• **DESCRIPTION OF THE TASK**
Reproduce exactly, and only, the lines below from the one containing "f 511 510 260" through the one containing "f 302 91 304".
___ EXTRACTED INFORMATION
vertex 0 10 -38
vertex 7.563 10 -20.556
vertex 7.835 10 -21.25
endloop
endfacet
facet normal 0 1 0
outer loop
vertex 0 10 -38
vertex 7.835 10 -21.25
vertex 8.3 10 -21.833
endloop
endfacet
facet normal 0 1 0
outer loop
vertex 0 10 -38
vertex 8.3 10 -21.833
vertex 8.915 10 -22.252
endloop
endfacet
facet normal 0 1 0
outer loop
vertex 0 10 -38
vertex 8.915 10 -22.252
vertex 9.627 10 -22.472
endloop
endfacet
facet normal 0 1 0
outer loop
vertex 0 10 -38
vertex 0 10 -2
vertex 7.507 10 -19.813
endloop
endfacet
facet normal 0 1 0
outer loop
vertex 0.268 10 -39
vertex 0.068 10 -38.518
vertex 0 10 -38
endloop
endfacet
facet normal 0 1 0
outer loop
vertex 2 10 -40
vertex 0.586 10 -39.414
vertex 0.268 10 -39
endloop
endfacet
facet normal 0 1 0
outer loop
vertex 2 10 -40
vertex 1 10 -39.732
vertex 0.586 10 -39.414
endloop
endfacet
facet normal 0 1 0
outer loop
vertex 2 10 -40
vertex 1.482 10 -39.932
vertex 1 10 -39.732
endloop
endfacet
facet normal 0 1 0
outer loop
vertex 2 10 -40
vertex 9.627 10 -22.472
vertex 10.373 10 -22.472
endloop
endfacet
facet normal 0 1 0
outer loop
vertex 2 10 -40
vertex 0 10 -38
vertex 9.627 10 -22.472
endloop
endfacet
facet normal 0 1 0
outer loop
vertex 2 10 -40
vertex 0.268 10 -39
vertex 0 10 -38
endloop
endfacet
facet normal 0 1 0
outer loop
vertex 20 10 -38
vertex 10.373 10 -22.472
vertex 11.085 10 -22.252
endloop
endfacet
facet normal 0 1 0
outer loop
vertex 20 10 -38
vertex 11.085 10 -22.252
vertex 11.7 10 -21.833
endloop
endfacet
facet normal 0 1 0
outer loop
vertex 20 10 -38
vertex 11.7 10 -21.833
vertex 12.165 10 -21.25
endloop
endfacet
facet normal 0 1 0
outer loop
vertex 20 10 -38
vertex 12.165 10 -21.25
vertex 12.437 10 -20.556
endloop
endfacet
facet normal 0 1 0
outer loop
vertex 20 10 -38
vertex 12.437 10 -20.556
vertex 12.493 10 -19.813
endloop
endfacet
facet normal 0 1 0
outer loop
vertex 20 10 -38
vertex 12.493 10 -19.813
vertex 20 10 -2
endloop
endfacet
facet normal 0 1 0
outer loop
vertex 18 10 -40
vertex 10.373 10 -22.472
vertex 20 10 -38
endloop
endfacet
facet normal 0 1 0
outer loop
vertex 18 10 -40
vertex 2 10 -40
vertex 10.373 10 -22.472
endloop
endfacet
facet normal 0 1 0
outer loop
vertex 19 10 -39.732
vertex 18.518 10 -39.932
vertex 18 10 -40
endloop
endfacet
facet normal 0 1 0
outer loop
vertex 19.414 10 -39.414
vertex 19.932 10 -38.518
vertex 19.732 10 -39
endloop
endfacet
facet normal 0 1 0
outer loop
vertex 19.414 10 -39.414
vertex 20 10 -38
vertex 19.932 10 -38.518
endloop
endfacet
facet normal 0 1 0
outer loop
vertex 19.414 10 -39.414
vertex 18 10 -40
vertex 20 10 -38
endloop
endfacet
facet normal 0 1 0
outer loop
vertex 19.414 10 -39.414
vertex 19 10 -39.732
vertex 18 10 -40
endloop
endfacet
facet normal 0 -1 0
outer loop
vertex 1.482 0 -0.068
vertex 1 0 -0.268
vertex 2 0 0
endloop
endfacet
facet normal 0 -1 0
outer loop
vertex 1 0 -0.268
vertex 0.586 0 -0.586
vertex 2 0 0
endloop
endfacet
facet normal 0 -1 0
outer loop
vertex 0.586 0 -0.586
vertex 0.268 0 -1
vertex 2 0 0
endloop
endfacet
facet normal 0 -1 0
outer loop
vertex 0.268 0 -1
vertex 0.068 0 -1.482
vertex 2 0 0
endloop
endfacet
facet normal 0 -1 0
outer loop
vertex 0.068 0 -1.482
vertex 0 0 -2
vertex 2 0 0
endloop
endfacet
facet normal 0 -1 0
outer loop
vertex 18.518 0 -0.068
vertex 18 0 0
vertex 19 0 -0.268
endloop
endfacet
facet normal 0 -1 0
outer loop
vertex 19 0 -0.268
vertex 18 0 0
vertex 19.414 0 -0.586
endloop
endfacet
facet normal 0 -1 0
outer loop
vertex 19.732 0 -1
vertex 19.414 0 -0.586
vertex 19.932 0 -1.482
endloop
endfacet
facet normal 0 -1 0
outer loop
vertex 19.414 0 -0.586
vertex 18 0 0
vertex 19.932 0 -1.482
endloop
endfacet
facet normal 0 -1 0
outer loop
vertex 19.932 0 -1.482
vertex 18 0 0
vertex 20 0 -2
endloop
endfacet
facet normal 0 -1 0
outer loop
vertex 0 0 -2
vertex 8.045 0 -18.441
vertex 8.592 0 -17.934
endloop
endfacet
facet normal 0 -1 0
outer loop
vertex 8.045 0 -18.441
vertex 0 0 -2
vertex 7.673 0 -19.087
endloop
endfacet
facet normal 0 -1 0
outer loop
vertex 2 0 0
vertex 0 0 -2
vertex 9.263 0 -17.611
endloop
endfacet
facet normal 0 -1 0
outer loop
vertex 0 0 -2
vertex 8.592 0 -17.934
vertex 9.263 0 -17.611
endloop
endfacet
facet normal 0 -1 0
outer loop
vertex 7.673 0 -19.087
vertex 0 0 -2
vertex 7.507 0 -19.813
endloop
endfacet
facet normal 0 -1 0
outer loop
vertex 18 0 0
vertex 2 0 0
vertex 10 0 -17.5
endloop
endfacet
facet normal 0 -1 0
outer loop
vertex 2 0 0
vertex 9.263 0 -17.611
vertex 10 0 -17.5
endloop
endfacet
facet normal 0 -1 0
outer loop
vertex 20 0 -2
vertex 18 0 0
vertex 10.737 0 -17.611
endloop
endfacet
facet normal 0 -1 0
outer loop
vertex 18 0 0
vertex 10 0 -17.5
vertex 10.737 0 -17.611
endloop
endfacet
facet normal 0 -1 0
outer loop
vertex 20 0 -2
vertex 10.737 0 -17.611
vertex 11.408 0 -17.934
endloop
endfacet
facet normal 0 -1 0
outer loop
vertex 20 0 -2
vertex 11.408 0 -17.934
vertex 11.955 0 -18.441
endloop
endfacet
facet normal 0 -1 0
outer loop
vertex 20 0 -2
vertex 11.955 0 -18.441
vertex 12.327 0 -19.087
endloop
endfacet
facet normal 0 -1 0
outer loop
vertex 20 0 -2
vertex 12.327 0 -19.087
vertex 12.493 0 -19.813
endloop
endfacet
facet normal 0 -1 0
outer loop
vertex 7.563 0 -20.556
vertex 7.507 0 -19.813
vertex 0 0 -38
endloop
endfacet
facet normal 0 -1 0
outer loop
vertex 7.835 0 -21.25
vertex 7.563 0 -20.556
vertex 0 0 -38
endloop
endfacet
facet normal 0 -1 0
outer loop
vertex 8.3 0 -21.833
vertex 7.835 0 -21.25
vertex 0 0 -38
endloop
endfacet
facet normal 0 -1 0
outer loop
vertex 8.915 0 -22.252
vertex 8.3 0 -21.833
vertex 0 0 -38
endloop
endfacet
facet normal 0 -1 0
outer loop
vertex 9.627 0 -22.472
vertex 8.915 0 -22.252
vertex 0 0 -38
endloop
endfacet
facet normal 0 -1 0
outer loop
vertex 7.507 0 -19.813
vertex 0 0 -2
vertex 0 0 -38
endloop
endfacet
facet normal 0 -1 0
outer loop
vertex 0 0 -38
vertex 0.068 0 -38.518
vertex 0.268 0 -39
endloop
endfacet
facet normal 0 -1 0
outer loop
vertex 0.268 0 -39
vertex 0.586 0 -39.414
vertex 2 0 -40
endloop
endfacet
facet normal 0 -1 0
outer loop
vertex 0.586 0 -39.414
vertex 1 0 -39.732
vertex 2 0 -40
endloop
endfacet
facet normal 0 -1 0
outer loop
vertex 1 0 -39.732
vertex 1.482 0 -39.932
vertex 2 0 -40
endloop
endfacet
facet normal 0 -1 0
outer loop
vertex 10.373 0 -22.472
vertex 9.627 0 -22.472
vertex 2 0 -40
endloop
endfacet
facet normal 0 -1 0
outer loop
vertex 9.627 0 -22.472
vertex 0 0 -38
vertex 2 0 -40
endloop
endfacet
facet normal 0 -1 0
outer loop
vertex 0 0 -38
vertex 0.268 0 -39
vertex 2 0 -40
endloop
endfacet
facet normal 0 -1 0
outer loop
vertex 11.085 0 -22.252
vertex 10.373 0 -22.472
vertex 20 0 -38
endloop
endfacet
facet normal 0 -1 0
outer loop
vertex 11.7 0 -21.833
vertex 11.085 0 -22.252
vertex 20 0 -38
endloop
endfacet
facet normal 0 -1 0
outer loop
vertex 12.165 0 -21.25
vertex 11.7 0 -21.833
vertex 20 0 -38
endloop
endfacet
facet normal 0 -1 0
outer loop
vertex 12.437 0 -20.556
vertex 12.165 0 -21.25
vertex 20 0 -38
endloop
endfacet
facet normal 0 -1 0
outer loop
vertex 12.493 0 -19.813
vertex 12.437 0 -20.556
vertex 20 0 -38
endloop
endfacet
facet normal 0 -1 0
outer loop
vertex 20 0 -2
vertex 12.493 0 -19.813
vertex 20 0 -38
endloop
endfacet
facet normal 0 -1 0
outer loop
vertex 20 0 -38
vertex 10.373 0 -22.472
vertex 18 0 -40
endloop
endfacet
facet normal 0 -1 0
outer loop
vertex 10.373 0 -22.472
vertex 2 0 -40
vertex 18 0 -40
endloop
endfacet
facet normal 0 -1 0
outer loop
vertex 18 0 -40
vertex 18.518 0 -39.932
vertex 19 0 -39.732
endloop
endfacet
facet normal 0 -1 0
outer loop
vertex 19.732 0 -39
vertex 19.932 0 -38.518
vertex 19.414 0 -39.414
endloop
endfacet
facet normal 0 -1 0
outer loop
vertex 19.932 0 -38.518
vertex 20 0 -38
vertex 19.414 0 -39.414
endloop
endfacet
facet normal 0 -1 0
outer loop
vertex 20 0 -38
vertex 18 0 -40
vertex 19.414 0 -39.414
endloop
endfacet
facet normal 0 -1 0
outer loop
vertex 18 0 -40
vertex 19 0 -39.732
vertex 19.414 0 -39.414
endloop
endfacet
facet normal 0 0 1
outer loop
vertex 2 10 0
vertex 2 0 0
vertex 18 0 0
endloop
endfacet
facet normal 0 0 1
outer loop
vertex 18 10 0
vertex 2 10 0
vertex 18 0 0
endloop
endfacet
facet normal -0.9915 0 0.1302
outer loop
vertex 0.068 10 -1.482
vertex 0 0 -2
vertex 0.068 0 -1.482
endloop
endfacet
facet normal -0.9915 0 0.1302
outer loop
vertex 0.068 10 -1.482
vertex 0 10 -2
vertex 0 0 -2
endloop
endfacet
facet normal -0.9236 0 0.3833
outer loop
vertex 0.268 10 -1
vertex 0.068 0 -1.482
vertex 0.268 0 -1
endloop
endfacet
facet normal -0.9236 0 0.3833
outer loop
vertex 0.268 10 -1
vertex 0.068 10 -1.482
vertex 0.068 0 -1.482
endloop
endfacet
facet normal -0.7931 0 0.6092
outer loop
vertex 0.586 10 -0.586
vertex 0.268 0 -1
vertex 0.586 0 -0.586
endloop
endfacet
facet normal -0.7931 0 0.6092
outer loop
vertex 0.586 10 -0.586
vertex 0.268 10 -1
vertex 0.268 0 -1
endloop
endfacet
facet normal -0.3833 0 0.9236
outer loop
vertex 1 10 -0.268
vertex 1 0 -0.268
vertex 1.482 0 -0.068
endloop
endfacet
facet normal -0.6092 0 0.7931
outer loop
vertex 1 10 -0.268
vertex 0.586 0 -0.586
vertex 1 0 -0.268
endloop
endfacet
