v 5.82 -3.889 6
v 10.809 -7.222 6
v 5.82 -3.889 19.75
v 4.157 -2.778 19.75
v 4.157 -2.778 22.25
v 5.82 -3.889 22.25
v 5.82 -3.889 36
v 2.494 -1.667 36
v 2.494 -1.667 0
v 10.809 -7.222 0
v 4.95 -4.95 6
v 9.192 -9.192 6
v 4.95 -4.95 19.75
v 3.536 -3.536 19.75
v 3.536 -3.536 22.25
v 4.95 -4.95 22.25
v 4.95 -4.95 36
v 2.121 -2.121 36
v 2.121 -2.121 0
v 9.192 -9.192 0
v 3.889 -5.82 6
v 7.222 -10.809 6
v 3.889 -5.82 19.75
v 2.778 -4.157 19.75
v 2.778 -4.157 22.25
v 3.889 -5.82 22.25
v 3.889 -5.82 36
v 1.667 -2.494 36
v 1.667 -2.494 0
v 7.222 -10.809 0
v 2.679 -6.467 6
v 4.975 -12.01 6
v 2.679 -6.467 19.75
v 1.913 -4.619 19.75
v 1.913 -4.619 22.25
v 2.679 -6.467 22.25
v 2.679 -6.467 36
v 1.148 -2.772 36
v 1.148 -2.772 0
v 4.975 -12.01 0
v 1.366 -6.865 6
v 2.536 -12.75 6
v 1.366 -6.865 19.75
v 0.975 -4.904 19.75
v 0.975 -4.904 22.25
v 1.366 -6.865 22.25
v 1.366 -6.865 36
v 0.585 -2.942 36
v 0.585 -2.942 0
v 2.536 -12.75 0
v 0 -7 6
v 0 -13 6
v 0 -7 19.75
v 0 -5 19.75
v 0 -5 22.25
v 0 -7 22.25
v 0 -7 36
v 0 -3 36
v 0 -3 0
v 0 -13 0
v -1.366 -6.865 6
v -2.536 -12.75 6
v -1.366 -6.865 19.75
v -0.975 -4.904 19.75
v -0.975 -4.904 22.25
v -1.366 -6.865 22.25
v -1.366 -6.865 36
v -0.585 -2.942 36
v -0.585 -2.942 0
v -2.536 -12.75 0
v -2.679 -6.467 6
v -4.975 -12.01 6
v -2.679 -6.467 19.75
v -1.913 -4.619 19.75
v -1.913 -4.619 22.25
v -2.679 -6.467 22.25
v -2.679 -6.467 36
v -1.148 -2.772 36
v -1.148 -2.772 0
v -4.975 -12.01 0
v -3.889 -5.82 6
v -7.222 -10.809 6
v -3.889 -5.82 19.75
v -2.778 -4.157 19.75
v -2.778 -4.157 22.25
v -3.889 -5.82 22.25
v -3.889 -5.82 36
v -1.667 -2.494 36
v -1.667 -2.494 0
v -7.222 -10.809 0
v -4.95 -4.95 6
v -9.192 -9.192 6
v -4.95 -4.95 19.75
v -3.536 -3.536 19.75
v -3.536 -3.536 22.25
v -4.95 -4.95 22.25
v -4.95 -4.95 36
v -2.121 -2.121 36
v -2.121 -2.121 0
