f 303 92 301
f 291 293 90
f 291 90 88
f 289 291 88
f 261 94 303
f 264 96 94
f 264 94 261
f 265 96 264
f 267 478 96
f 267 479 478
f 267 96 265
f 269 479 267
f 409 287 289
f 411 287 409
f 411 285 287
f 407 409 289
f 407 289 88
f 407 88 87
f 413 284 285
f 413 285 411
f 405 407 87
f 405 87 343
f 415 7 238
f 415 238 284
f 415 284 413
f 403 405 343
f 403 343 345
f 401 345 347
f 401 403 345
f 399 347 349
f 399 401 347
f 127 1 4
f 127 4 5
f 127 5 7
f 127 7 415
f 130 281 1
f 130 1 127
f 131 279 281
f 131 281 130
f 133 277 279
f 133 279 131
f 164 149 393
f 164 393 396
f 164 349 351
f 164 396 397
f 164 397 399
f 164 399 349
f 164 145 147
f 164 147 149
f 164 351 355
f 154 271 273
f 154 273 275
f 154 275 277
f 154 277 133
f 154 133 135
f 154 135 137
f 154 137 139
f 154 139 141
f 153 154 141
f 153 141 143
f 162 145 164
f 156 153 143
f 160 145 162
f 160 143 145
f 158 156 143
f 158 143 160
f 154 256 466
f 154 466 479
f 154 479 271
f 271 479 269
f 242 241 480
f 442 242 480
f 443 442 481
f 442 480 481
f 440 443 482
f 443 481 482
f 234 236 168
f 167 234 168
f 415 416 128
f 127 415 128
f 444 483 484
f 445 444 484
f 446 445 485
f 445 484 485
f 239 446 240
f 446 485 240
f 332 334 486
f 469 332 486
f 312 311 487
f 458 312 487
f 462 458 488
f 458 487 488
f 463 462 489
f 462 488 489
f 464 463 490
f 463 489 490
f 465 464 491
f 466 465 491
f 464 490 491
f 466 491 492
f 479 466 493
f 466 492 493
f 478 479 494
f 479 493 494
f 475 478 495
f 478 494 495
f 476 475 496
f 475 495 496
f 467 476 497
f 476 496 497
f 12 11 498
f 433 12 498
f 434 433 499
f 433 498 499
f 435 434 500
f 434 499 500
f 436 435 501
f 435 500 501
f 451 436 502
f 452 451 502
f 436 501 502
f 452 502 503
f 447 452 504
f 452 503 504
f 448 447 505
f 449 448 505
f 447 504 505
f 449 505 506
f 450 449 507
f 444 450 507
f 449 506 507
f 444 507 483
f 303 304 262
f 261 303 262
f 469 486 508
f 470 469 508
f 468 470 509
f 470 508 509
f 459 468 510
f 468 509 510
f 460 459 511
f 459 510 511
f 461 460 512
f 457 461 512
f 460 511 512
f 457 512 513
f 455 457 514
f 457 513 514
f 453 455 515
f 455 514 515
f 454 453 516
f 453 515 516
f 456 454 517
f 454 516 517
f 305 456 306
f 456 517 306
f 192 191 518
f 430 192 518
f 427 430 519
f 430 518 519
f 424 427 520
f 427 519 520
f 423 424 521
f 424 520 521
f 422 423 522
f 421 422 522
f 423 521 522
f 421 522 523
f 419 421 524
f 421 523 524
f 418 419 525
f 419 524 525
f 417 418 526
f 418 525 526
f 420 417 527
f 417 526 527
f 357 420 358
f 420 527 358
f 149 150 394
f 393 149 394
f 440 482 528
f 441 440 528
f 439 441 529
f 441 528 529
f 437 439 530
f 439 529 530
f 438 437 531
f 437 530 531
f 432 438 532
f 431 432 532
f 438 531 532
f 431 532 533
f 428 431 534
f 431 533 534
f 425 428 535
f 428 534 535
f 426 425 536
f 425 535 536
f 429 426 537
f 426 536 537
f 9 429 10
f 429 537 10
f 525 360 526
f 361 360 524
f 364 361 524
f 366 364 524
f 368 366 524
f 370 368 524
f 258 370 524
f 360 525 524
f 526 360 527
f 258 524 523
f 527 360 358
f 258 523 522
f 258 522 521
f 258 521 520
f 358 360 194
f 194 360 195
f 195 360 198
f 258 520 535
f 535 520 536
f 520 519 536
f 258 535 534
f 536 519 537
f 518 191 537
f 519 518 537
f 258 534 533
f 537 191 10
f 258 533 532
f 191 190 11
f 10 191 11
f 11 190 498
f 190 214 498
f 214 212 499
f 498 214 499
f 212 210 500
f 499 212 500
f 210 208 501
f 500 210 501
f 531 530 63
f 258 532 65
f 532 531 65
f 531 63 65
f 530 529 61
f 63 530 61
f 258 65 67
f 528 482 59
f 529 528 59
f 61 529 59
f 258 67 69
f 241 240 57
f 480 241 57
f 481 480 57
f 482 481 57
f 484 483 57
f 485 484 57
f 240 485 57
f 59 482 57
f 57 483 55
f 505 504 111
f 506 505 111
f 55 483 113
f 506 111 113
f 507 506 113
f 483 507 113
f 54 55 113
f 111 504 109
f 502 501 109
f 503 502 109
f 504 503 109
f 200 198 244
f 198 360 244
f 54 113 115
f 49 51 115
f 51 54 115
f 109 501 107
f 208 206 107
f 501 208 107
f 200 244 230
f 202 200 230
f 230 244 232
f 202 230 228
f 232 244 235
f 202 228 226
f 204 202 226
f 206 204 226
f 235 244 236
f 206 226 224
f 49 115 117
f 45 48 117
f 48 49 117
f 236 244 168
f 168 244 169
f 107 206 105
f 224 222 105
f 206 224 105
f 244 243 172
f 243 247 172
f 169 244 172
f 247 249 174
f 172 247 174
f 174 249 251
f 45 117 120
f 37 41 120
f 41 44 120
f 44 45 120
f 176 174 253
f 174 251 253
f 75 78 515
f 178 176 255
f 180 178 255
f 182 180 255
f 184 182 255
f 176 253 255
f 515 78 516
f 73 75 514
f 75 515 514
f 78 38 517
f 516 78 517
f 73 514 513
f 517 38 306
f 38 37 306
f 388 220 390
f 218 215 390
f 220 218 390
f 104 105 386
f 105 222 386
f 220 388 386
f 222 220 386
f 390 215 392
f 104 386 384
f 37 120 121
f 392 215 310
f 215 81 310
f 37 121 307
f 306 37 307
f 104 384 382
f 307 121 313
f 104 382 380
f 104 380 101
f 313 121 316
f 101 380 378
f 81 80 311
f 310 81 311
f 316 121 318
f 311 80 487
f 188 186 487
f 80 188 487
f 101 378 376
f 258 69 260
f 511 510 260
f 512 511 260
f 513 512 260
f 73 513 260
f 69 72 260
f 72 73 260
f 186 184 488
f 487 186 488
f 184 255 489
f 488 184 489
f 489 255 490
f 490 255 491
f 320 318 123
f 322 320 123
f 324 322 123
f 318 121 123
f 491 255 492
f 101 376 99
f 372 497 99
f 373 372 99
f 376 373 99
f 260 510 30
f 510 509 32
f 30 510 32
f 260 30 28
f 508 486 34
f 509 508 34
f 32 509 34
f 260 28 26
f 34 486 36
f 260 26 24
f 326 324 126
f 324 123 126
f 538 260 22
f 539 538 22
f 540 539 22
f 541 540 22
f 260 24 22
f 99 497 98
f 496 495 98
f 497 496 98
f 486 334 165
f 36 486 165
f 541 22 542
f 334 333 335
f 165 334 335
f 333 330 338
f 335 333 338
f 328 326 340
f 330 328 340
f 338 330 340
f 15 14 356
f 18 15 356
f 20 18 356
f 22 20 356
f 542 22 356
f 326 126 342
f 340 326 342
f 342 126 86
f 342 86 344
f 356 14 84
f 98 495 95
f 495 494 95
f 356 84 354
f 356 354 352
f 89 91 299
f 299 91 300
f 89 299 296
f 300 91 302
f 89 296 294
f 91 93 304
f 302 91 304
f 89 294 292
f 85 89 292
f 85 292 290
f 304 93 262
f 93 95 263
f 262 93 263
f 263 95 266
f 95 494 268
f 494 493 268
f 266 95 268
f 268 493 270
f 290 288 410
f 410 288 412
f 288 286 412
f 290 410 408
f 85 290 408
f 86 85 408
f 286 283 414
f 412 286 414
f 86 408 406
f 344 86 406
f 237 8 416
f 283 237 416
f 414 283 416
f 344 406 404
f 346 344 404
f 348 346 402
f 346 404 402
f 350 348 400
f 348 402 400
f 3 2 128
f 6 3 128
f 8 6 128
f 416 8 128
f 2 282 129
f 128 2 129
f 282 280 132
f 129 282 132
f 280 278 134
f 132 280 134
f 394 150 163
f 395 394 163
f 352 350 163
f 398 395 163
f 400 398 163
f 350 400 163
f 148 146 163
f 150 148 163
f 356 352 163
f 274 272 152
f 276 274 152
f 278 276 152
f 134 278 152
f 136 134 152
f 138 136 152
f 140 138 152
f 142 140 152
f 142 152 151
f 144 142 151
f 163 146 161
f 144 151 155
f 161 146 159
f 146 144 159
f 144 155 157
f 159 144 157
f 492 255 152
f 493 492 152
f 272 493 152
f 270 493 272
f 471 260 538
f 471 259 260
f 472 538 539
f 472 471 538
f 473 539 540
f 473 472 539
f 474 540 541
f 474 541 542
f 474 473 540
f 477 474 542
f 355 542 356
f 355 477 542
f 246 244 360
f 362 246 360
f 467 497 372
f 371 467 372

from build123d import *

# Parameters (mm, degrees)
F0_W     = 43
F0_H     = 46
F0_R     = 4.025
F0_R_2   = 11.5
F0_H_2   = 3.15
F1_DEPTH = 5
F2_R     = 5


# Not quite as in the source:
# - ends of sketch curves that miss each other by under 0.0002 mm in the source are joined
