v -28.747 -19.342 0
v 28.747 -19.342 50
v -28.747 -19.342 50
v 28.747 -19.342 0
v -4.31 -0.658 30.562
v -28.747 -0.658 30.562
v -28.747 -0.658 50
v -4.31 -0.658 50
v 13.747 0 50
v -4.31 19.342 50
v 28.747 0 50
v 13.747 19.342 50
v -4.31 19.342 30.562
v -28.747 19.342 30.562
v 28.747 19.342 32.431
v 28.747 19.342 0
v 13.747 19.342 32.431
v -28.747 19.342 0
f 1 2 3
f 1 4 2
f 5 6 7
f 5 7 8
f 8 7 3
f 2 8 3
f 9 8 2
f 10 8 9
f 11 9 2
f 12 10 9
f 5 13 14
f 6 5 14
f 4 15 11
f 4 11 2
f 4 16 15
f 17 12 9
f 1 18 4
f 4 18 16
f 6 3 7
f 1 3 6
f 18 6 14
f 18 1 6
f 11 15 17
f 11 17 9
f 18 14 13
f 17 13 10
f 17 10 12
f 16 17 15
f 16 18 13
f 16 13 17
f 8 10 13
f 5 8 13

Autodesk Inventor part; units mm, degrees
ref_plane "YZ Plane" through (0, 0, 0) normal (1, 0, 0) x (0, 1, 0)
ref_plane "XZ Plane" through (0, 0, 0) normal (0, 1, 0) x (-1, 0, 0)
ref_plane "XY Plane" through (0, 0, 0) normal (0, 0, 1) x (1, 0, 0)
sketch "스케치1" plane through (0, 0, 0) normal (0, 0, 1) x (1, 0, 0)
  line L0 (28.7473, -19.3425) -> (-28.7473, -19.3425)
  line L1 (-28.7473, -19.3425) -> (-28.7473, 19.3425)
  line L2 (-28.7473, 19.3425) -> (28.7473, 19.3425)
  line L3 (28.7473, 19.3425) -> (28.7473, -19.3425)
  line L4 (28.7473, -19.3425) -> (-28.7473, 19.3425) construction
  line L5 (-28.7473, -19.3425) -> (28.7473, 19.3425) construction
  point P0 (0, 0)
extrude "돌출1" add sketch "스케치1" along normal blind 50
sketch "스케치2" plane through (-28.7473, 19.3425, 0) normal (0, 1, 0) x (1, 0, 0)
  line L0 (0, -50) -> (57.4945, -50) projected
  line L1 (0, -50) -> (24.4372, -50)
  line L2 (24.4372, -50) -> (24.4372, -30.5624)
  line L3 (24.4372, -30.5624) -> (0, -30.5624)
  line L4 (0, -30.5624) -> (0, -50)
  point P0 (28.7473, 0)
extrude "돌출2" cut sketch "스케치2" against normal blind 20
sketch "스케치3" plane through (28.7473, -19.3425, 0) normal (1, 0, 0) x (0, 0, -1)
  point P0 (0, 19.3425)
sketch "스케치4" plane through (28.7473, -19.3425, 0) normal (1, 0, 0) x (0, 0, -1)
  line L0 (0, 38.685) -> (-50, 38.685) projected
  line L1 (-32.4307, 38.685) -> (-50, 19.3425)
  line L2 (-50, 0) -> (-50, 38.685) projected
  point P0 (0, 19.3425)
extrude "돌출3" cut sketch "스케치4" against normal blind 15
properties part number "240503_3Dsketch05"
______
• **TASK SOLUTION**
f 511 510 260
f 512 511 260
f 513 512 260
f 73 513 260
f 69 72 260
f 72 73 260
f 186 184 488
f 487 186 488
f 184 255 489
f 488 184 489
f 489 255 490
f 490 255 491
f 320 318 123
f 322 320 123
f 324 322 123
f 318 121 123
f 491 255 492
f 101 376 99
f 372 497 99
f 373 372 99
f 376 373 99
f 260 510 30
f 510 509 32
f 30 510 32
f 260 30 28
f 508 486 34
f 509 508 34
f 32 509 34
f 260 28 26
f 34 486 36
f 260 26 24
f 326 324 126
f 324 123 126
f 538 260 22
f 539 538 22
f 540 539 22
f 541 540 22
f 260 24 22
f 99 497 98
f 496 495 98
f 497 496 98
f 486 334 165
f 36 486 165
f 541 22 542
f 334 333 335
f 165 334 335
f 333 330 338
f 335 333 338
f 328 326 340
f 330 328 340
f 338 330 340
f 15 14 356
f 18 15 356
f 20 18 356
f 22 20 356
f 542 22 356
f 326 126 342
f 340 326 342
f 342 126 86
f 342 86 344
f 356 14 84
f 98 495 95
f 495 494 95
f 356 84 354
f 356 354 352
f 89 91 299
f 299 91 300
f 89 299 296
f 300 91 302
f 89 296 294
f 91 93 304
f 302 91 304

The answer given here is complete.